Alternatively why didn't you continue using your Sky HD box as a recording source for Tivo when you desubscribed from Sky+ and then just watch any HD programs you want to view live (as Tivo can't record programs from the Sky HD box in HD)?


----------



## fe_man2000 (Nov 14, 2003)

Thanks Pete but I dont have a HD box - its sky+. Also I am moving to freeview due to a house move so I wont have a dish anymore so freesat wont help me. 

Also as I understand it you cannot record anything on a sky+ without a a sky sub, even freeview stuff, its disabled at present with no plans for sky to release it that I have seen. so basically I have 2 PVR's I cant use, well the tivo is of course usable but I dont want ot have to pay as I have no life time sub and I dont see it as worth while to get one now.

basically I am want a PVR with HMDI or Component out and no charges - tivo loses on both of these and my scart inputs are very average on my TV - that and the Tivo is just too damn big - it wont fit under my TV along with the centre speaker anymore. I love tivo but its great PVR interface and searching/learning system is no longer enough to compete with other kit. dammit I cannot beleive that even now I cannot get a newer tivo in the UK - whats wrong with this country. rant over


----------



## Pete77 (Aug 1, 2006)

fe_man2000 said:


> Also as I understand it you cannot record anything on a sky+ without a a sky sub, even freeview stuff, its disabled at present with no plans for sky to release it that I have seen. so basically I have 2 PVR's I cant use, well the tivo is of course usable but I dont want ot have to pay as I have no life time sub and I dont see it as worth while to get one now.

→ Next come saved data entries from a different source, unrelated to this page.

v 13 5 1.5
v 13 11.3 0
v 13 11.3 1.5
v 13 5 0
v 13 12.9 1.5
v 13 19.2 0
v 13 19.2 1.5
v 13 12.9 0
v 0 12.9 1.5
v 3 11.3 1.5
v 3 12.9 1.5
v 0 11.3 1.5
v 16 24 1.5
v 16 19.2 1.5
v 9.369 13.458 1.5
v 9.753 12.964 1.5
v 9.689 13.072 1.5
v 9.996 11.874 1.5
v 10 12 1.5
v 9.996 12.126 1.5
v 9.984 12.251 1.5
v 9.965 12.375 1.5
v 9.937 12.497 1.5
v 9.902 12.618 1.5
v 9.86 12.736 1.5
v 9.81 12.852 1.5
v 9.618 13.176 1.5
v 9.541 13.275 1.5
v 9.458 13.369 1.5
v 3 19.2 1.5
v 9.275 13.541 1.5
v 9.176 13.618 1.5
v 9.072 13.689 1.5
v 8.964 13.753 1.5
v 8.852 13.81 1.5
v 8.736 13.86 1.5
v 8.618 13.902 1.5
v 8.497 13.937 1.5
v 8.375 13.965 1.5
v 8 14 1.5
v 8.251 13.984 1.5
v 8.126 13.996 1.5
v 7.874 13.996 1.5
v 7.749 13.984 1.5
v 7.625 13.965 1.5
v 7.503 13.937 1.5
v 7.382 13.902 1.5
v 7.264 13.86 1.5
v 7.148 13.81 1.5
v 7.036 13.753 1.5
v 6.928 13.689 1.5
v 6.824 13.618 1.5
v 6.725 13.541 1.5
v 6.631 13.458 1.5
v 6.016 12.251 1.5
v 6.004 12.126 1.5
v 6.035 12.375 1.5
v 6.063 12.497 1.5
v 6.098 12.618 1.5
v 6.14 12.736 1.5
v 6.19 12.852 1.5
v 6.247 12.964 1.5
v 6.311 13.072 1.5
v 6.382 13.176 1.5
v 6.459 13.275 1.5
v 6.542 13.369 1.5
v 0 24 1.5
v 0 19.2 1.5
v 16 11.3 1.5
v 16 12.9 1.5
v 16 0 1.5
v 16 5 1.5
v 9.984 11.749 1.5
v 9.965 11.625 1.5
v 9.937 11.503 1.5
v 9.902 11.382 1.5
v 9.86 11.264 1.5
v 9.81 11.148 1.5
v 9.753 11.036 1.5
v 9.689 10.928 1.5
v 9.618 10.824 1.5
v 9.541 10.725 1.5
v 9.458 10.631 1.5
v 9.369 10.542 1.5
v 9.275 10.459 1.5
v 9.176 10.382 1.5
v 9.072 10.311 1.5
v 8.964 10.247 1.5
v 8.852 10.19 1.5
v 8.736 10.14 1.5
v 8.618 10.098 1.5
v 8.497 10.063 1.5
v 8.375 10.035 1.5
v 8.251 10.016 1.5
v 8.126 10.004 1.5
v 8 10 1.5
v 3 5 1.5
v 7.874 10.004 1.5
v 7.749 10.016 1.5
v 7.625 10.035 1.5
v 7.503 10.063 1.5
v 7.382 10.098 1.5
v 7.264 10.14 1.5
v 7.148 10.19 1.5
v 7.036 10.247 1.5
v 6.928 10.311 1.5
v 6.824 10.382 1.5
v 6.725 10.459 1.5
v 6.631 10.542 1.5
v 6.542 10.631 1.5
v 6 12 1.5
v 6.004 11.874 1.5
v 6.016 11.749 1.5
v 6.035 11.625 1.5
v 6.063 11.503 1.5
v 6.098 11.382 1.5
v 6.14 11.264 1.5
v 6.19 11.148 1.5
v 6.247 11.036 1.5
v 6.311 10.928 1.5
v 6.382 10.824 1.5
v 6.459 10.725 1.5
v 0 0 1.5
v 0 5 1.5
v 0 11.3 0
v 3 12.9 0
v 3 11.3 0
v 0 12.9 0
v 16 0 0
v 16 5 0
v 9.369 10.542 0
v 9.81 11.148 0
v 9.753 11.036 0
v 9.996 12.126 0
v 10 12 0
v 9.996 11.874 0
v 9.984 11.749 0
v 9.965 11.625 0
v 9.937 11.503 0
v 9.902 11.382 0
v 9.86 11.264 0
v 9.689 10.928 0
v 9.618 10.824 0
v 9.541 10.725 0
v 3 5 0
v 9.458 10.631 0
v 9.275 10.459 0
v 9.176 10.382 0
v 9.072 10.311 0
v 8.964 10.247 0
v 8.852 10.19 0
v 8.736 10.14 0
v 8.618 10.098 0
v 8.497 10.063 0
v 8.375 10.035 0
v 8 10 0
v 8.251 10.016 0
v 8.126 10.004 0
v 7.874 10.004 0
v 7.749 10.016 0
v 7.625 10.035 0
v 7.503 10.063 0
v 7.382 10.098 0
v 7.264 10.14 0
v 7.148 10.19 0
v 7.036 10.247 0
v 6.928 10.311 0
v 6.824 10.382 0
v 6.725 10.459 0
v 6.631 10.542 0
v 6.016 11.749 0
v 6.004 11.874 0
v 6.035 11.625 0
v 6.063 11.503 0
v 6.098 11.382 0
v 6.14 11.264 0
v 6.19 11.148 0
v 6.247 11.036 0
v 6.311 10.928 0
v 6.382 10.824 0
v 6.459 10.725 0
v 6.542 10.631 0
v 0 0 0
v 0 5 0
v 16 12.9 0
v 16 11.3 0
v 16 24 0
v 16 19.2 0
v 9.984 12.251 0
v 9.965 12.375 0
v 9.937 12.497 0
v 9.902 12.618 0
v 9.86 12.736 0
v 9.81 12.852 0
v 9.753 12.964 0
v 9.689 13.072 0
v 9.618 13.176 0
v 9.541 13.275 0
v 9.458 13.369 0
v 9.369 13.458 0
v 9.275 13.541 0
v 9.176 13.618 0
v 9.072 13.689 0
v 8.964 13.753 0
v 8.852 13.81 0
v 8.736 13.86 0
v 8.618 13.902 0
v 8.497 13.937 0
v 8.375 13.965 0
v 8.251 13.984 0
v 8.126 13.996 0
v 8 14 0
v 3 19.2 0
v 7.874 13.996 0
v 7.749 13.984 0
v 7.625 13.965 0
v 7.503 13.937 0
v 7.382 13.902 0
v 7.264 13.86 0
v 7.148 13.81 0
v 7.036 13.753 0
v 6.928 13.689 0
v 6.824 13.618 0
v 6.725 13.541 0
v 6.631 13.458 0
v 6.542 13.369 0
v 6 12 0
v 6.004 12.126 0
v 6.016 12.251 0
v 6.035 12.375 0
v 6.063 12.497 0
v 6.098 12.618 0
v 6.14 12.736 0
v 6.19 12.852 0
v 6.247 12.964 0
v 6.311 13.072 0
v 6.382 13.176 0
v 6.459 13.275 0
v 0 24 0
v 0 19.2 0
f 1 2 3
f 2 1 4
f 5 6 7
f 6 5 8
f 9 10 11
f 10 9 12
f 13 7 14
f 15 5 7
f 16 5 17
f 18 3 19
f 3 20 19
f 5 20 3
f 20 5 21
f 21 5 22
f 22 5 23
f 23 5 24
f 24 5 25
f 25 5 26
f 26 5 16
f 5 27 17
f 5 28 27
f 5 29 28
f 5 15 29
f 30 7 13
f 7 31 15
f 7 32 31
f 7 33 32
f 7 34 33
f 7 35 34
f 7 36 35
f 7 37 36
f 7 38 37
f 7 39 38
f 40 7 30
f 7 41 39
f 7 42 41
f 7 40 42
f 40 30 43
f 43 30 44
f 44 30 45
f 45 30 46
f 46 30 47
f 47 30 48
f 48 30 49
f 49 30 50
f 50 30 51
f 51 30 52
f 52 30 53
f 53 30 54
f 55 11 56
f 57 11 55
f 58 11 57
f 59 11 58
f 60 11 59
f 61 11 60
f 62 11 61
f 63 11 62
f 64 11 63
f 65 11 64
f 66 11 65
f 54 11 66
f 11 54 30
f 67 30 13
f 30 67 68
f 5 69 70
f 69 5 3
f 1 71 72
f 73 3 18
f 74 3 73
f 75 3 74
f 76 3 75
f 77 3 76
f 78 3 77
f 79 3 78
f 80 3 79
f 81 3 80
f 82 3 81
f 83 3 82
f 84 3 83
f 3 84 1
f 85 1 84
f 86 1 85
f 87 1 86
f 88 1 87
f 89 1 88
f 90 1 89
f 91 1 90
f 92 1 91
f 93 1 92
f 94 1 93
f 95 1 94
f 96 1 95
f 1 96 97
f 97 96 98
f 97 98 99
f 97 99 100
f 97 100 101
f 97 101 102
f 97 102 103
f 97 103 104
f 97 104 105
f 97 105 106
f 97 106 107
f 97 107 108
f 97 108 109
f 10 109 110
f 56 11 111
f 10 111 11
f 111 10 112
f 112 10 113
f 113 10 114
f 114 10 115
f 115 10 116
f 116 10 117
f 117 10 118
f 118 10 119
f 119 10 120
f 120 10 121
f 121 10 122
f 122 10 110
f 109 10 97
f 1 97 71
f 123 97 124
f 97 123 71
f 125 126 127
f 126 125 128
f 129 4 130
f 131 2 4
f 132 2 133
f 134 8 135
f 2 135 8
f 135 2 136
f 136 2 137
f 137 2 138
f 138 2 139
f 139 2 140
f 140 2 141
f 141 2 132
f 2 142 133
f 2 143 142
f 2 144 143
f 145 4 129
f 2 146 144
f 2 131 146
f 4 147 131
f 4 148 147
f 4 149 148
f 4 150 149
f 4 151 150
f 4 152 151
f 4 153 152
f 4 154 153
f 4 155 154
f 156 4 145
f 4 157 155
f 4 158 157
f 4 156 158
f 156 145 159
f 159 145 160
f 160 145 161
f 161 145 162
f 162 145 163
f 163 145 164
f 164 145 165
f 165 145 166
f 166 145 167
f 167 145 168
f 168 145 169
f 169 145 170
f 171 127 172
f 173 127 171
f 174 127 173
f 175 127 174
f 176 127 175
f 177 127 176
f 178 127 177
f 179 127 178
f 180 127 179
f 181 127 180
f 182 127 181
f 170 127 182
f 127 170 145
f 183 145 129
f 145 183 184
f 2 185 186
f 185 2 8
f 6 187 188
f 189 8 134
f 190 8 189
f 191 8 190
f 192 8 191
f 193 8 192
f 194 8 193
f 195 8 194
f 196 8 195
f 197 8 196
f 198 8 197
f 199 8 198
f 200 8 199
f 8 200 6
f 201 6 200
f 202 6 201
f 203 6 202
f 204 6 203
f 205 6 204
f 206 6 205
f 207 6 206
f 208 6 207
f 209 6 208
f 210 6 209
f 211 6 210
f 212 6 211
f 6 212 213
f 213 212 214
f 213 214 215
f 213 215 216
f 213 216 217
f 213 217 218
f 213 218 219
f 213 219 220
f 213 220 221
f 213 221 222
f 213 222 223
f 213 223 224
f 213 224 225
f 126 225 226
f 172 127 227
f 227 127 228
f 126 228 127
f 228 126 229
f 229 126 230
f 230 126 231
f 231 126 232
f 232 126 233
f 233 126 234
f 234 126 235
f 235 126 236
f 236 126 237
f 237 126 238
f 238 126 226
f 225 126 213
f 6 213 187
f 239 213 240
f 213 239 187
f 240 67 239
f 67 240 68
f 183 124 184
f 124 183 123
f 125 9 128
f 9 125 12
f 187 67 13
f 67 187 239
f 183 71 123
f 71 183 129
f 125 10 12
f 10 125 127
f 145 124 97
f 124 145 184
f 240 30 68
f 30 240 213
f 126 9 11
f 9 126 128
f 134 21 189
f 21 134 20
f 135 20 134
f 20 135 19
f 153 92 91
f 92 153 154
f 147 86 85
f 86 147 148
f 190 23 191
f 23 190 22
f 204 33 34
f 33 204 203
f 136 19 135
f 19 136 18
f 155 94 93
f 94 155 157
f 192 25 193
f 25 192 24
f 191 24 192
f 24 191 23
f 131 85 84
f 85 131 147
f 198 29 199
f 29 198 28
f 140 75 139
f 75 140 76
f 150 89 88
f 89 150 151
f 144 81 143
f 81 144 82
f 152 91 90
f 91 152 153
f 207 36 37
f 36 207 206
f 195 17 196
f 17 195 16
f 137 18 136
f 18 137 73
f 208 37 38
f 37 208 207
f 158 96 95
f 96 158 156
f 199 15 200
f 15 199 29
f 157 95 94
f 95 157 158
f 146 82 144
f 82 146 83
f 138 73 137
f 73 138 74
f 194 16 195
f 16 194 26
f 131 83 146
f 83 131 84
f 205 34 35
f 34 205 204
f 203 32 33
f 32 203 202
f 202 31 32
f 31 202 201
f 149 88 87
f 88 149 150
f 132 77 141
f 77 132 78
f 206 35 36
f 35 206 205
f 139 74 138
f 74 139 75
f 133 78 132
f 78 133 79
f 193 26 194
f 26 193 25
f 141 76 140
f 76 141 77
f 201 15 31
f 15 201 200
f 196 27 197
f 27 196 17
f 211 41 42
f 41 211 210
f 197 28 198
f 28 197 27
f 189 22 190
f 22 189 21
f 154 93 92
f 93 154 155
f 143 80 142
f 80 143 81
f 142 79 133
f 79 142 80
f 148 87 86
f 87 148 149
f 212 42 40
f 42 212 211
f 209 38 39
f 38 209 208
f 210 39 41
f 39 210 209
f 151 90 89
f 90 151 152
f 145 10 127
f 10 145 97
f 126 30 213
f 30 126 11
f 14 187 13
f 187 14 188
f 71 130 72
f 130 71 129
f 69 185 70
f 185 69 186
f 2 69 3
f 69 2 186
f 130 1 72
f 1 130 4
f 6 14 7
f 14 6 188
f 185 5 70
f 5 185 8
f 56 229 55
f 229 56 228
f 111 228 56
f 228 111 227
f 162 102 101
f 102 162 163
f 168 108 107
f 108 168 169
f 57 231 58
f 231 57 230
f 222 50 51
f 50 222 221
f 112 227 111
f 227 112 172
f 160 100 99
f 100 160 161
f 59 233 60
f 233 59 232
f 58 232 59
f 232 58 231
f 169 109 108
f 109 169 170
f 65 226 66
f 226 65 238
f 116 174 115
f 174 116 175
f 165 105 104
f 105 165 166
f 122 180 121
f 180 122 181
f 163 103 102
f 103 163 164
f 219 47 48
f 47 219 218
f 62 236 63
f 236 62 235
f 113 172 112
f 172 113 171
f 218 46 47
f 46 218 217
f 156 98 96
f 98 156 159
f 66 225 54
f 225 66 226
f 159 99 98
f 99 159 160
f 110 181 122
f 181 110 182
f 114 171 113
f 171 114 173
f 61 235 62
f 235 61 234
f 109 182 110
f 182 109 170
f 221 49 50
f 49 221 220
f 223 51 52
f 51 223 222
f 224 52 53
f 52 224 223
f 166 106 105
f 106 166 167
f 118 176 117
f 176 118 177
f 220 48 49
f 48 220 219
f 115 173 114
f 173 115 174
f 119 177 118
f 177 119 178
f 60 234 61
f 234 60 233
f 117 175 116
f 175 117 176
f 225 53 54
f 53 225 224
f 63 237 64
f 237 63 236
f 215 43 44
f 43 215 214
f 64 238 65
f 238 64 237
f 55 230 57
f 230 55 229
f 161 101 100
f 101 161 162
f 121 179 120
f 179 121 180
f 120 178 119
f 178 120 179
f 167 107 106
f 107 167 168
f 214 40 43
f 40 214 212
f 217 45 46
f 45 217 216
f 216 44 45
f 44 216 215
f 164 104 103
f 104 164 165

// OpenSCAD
module single(){
	difference() {
	cube(size = [13,24,1.5], center = false);
	translate(v = [-0.5,5,-.5])
		cube(size = [4,6.3,3]);
	translate(v = [-0.5,12.9,-0.5])
		cube(size = [4,6.3,3]);
	translate(v = [8,12,1])	
		cylinder (h=3, r=2, center = true, $fn=100);
	}
}

union(){
	single();
	mirror([1,0,0])
		translate(v=[-16,0,0])
			single();
}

But you will be able to record on a Humax BBC/ITV Freesat PVR (including in HD on the BBC HD and ITV HD channels) as and when they are launched in the Autumn. That is why they are nothing at all to do with Sky and come from the BBC/ITV/C4 consortium funded website at www.freesat.co.uk and not from www.freesatfromsky.co.uk

So the fact that you have no satellite dish at present on your new house is surely no obstacle to one being installed for the new free of subscription BBC/ITV Freesat product unless you don't have a line of site to the satellite or planning restrictions that prevent a satellite dish being erected.

I understand why like many people you no longer want to have anything to do with Sky and paying them a sub but HD is available now on satellite (but not till 2009 or probably significantly later than that depending on slippage etc, etc in implementation on Freeview) so the new www.freesat.co.uk option and its PVR (which I repeat is nothing to do with Sky) is one you may also want to consider. Also any Freeview box you buy now is likely to be incompatible with HD channels on Freeview as and when they are eventually launched.


----------



## fe_man2000 (Nov 14, 2003)

ah I see your point yes, I have seen freesat about but I am renting and the sky dish option is out, also I am above the 2nd floor so sky installs (even if I could convince the landlord) might be a bit more interesting (costly) than my last one.

To be honest I am not that bothered by high def - (draws target on chest) I dont really rate it. My TV is only 32" and when I see it on my mates 47" its pretty good, then we watch a upscaled DVD and its pretty good - infact every thing on his plasma is pretty good but I dont think I could guess which is the HD TV signal (I was to polite to tell him) even the HD DVD was similar to me eyes - I must be the only person around who is not in love with HD - upscaling is up enough for me at the moment. Death to scart is all I want - terrible terrible thing it is. Dont even get me started on bluray lol.


----------



## Pete77 (Aug 1, 2006)

fe_man2000 said:


> ah I see your point yes, I have seen freesat about but I am renting and the sky dish option is out, also I am above the 2nd floor so sky installs (even if I could convince the landlord) might be a bit more interesting (costly) than my last one.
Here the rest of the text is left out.